Tsitsi Dangarembga, who is from Zimbabwe, is best known for her hit 1988 debut novel, “Nervous Condition,” according to a university news release.

She is also known as a prominent activist who at times has been arrested and faced persecution for calling out injustices in Zimbabwe.

As the 16th winner of the Spendlove Prize, Dangarembga now joins a group of honorees that includes former President Jimmy Carter, legendary attorney Charles Ogletree Jr., Pulitzer Prize winning poet Peter Balakian and Justice Cruz Reynoso, among others.

Around 150 people attended the award ceremony at the university’s Dr. Vikram and Priya Lakireddy Grand Ballroom.

Her book “Nervous Condition” is also known because it won the Commonwealth Writers’ Prize and is celebrated for its incisive portrayal of colonialism, gender and identity in postcolonial Africa, the release said. 

Dangarembga said Wednesday she works to bring about “a world of increased social justice and tolerance, which extends not only to ourselves as human beings, but also to our environment and all creation.”
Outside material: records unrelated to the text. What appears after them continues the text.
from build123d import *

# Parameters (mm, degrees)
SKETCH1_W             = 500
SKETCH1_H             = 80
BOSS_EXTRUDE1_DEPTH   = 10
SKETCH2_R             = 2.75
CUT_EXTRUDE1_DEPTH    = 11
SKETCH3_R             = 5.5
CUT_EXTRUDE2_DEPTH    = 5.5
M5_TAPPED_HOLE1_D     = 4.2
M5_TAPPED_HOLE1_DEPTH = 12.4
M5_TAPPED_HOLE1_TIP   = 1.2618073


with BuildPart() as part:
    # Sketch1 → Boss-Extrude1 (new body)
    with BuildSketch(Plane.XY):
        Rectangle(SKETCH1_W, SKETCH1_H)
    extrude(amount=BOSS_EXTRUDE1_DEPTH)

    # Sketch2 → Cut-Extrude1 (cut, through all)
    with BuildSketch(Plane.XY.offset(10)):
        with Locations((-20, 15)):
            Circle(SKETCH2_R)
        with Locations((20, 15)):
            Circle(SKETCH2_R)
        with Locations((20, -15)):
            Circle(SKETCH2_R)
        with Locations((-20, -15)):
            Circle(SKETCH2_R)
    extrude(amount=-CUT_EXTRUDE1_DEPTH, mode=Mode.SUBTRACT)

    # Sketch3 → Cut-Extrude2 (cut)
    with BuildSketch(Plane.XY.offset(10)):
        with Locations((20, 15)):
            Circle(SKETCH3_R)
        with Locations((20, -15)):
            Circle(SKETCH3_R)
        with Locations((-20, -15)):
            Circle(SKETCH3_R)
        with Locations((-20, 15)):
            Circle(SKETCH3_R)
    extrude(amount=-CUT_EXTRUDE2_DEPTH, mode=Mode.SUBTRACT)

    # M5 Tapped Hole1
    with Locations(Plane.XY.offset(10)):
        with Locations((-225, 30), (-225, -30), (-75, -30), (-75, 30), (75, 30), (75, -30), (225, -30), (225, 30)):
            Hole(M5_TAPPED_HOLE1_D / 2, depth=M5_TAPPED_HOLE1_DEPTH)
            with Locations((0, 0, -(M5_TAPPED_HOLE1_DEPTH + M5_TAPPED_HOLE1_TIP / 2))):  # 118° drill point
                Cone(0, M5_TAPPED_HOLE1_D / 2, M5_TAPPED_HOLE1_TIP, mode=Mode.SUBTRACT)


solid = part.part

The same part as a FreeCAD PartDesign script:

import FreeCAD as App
import Part
import Sketcher

V = App.Vector


def add_polygon(sketch, points):
    """Adds a closed chain of lines whose ends are joined by coincident constraints."""
    first, n = sketch.GeometryCount, len(points)
    for a, b in zip(points, points[1:] + points[:1]):
        sketch.addGeometry(Part.LineSegment(App.Vector(*a, 0), App.Vector(*b, 0)), False)
    for i in range(n):
        sketch.addConstraint(Sketcher.Constraint("Coincident", first + i, 2, first + (i + 1) % n, 1))

doc = App.newDocument("Part")
body = doc.addObject("PartDesign::Body", "Body")

# Sketch on XY plane
sketch1 = body.newObject("Sketcher::SketchObject", "Sketch")
sketch1.AttachmentSupport = (doc.getObject("XY_Plane"), [""])
sketch1.MapMode = "FlatFace"
add_polygon(sketch1, [(-250, 40), (-250, -40), (250, -40), (250, 40)])  # lines 0-3
sketch1.addConstraint([
    Sketcher.Constraint("Vertical", 0),
    Sketcher.Constraint("Horizontal", 1),
    Sketcher.Constraint("Vertical", 2),
    Sketcher.Constraint("Horizontal", 3),
    Sketcher.Constraint("Symmetric", 0, 2, 2, 2, -1, 1),
    Sketcher.Constraint("DistanceX", 1, 1, 1, 2, 500.0),
    Sketcher.Constraint("DistanceY", 0, 2, 0, 1, 80.0),
])
pad1 = body.newObject("PartDesign::Pad", "Pad")
pad1.Profile = sketch1
pad1.Length = 10

# Sketch on XY plane
sketch2 = body.newObject("Sketcher::SketchObject", "Sketch001")
sketch2.AttachmentSupport = (doc.getObject("XY_Plane"), [""])
sketch2.MapMode = "FlatFace"
sketch2.AttachmentOffset = App.Placement(V(0, 0, 10), App.Rotation())
sketch2.addGeometry([
    Part.Circle(V(-20, 15, 0), V(0, 0, 1), 2.8),
    Part.Circle(V(20, 15, 0), V(0, 0, 1), 2.8),
    Part.Circle(V(20, -15, 0), V(0, 0, 1), 2.8),
    Part.Circle(V(-20, -15, 0), V(0, 0, 1), 2.8),
], False)
sketch2.addConstraint([
    Sketcher.Constraint("Equal", 0, 1),
    Sketcher.Constraint("Equal", 1, 2),
    Sketcher.Constraint("Equal", 2, 3),
    Sketcher.Constraint("Symmetric", 0, 3, 2, 3, -1, 1),
    Sketcher.Constraint("Symmetric", 1, 3, 3, 3, -1, 1),
    Sketcher.Constraint("Symmetric", 0, 3, 1, 3, -2),
    Sketcher.Constraint("Diameter", 0, 5.5),
    Sketcher.Constraint("DistanceX", 0, 3, -1, 1, 20.0),
    Sketcher.Constraint("DistanceY", -1, 1, 0, 3, 15.0),
])
pocket1 = body.newObject("PartDesign::Pocket", "Pocket")
pocket1.Profile = sketch2
pocket1.Type = "ThroughAll"

# Sketch on XY plane
sketch3 = body.newObject("Sketcher::SketchObject", "Sketch002")
sketch3.AttachmentSupport = (doc.getObject("XY_Plane"), [""])
sketch3.MapMode = "FlatFace"
sketch3.AttachmentOffset = App.Placement(V(0, 0, 10), App.Rotation())
sketch3.addGeometry([
    Part.Circle(V(20, 15, 0), V(0, 0, 1), 6),
    Part.Circle(V(20, -15, 0), V(0, 0, 1), 6),
    Part.Circle(V(-20, -15, 0), V(0, 0, 1), 6),
    Part.Circle(V(-20, 15, 0), V(0, 0, 1), 6),
], False)
sketch3.addConstraint([
    Sketcher.Constraint("Equal", 0, 1),
    Sketcher.Constraint("Equal", 1, 2),
    Sketcher.Constraint("Equal", 2, 3),
    Sketcher.Constraint("Symmetric", 0, 3, 2, 3, -1, 1),
    Sketcher.Constraint("Symmetric", 1, 3, 3, 3, -1, 1),
    Sketcher.Constraint("Symmetric", 1, 3, 2, 3, -2),
    Sketcher.Constraint("Diameter", 0, 11.0),
    Sketcher.Constraint("DistanceX", -1, 1, 0, 3, 20.0),
    Sketcher.Constraint("DistanceY", -1, 1, 0, 3, 15.0),
])
pocket2 = body.newObject("PartDesign::Pocket", "Pocket001")
pocket2.Profile = sketch3
pocket2.Length = 5.5

# Sketch on XY plane
sketch4 = body.newObject("Sketcher::SketchObject", "Sketch003")
sketch4.AttachmentSupport = (doc.getObject("XY_Plane"), [""])
sketch4.MapMode = "FlatFace"
sketch4.AttachmentOffset = App.Placement(V(0, 0, 10), App.Rotation())
sketch4.addGeometry([
    Part.Circle(V(-225, 30, 0), V(0, 0, 1), 2.1),  # 0
    Part.Circle(V(-225, -30, 0), V(0, 0, 1), 2.1),  # 1
    Part.Circle(V(-75, -30, 0), V(0, 0, 1), 2.1),  # 2
    Part.Circle(V(-75, 30, 0), V(0, 0, 1), 2.1),  # 3
    Part.Circle(V(75, 30, 0), V(0, 0, 1), 2.1),  # 4
    Part.Circle(V(75, -30, 0), V(0, 0, 1), 2.1),  # 5
    Part.Circle(V(225, -30, 0), V(0, 0, 1), 2.1),  # 6
    Part.Circle(V(225, 30, 0), V(0, 0, 1), 2.1),  # 7
], False)
sketch4.addConstraint([
    Sketcher.Constraint("Equal", 0, 1),
    Sketcher.Constraint("Equal", 1, 2),
    Sketcher.Constraint("Equal", 2, 3),
    Sketcher.Constraint("Equal", 3, 4),
    Sketcher.Constraint("Equal", 4, 5),
    Sketcher.Constraint("Equal", 5, 6),
    Sketcher.Constraint("Equal", 6, 7),
    Sketcher.Constraint("Symmetric", 2, 3, 4, 3, -1, 1),
    Sketcher.Constraint("Symmetric", 3, 3, 5, 3, -1, 1),
    Sketcher.Constraint("Symmetric", 0, 3, 6, 3, -1, 1),
    Sketcher.Constraint("Symmetric", 1, 3, 7, 3, -1, 1),
    Sketcher.Constraint("Symmetric", 3, 3, 4, 3, -2),
    Sketcher.Constraint("Symmetric", 1, 3, 6, 3, -2),
    Sketcher.Constraint("Horizontal", 1, 3, 2, 3),
    Sketcher.Constraint("Diameter", 0, 4.2),
    Sketcher.Constraint("DistanceX", 0, 3, -1, 1, 225.0),
    Sketcher.Constraint("DistanceY", -1, 1, 0, 3, 30.0),
    Sketcher.Constraint("DistanceX", 2, 3, -1, 1, 75.0),
])
doc.recompute()
hole = body.newObject("PartDesign::Hole", "Hole")
hole.Profile = sketch4
hole.ThreadType = "None"
hole.Diameter = 4.2
hole.DepthType = "Dimension"
hole.Depth = 12.4
hole.DrillPoint = "Angled"
hole.DrillPointAngle = 118

doc.recompute()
In her additional work as an artist and activist, she founded the International Images Film Festival for Women in Zimbabwe, along with the Institute of Creative Arts for Progress in Africa (ICAPA), which aims to develop filmmakers who can boost Africa’s presence in the global film economy.

Dangarembga also was active during the crisis in her native Zimbabwe in 2008, when the nation’s then-President President Robert Mugabe and his supporters were violently attacking political opponents, and anyone perceived as such.

Through ICAPA, Dangarembga created “Winning the Peace,” a project that called for people to share their exposure to violence.

“We received over 100 stories written in various of Zimbabwe’s official languages, most of them written by women,” she said. The stories were transformed into plays performed across the nation, the release said.

Dangarembga said ICAPA training programs led, starting in 2019, to 13 short documentaries on the lives of Zimbabwean women, each filmed by all-women crews. The initiative, called “Picture My Life,” was inspired by the #MeToo movement, Dangarembga said.

In 2020, Dangarembga was arrested and convicted on charges of inciting violence after she marched peacefully in Zimbabwe’s capital of Harare while holding a placard that called for political reforms. Her six-month suspended sentence was overturned by Harare’s high court in 2023.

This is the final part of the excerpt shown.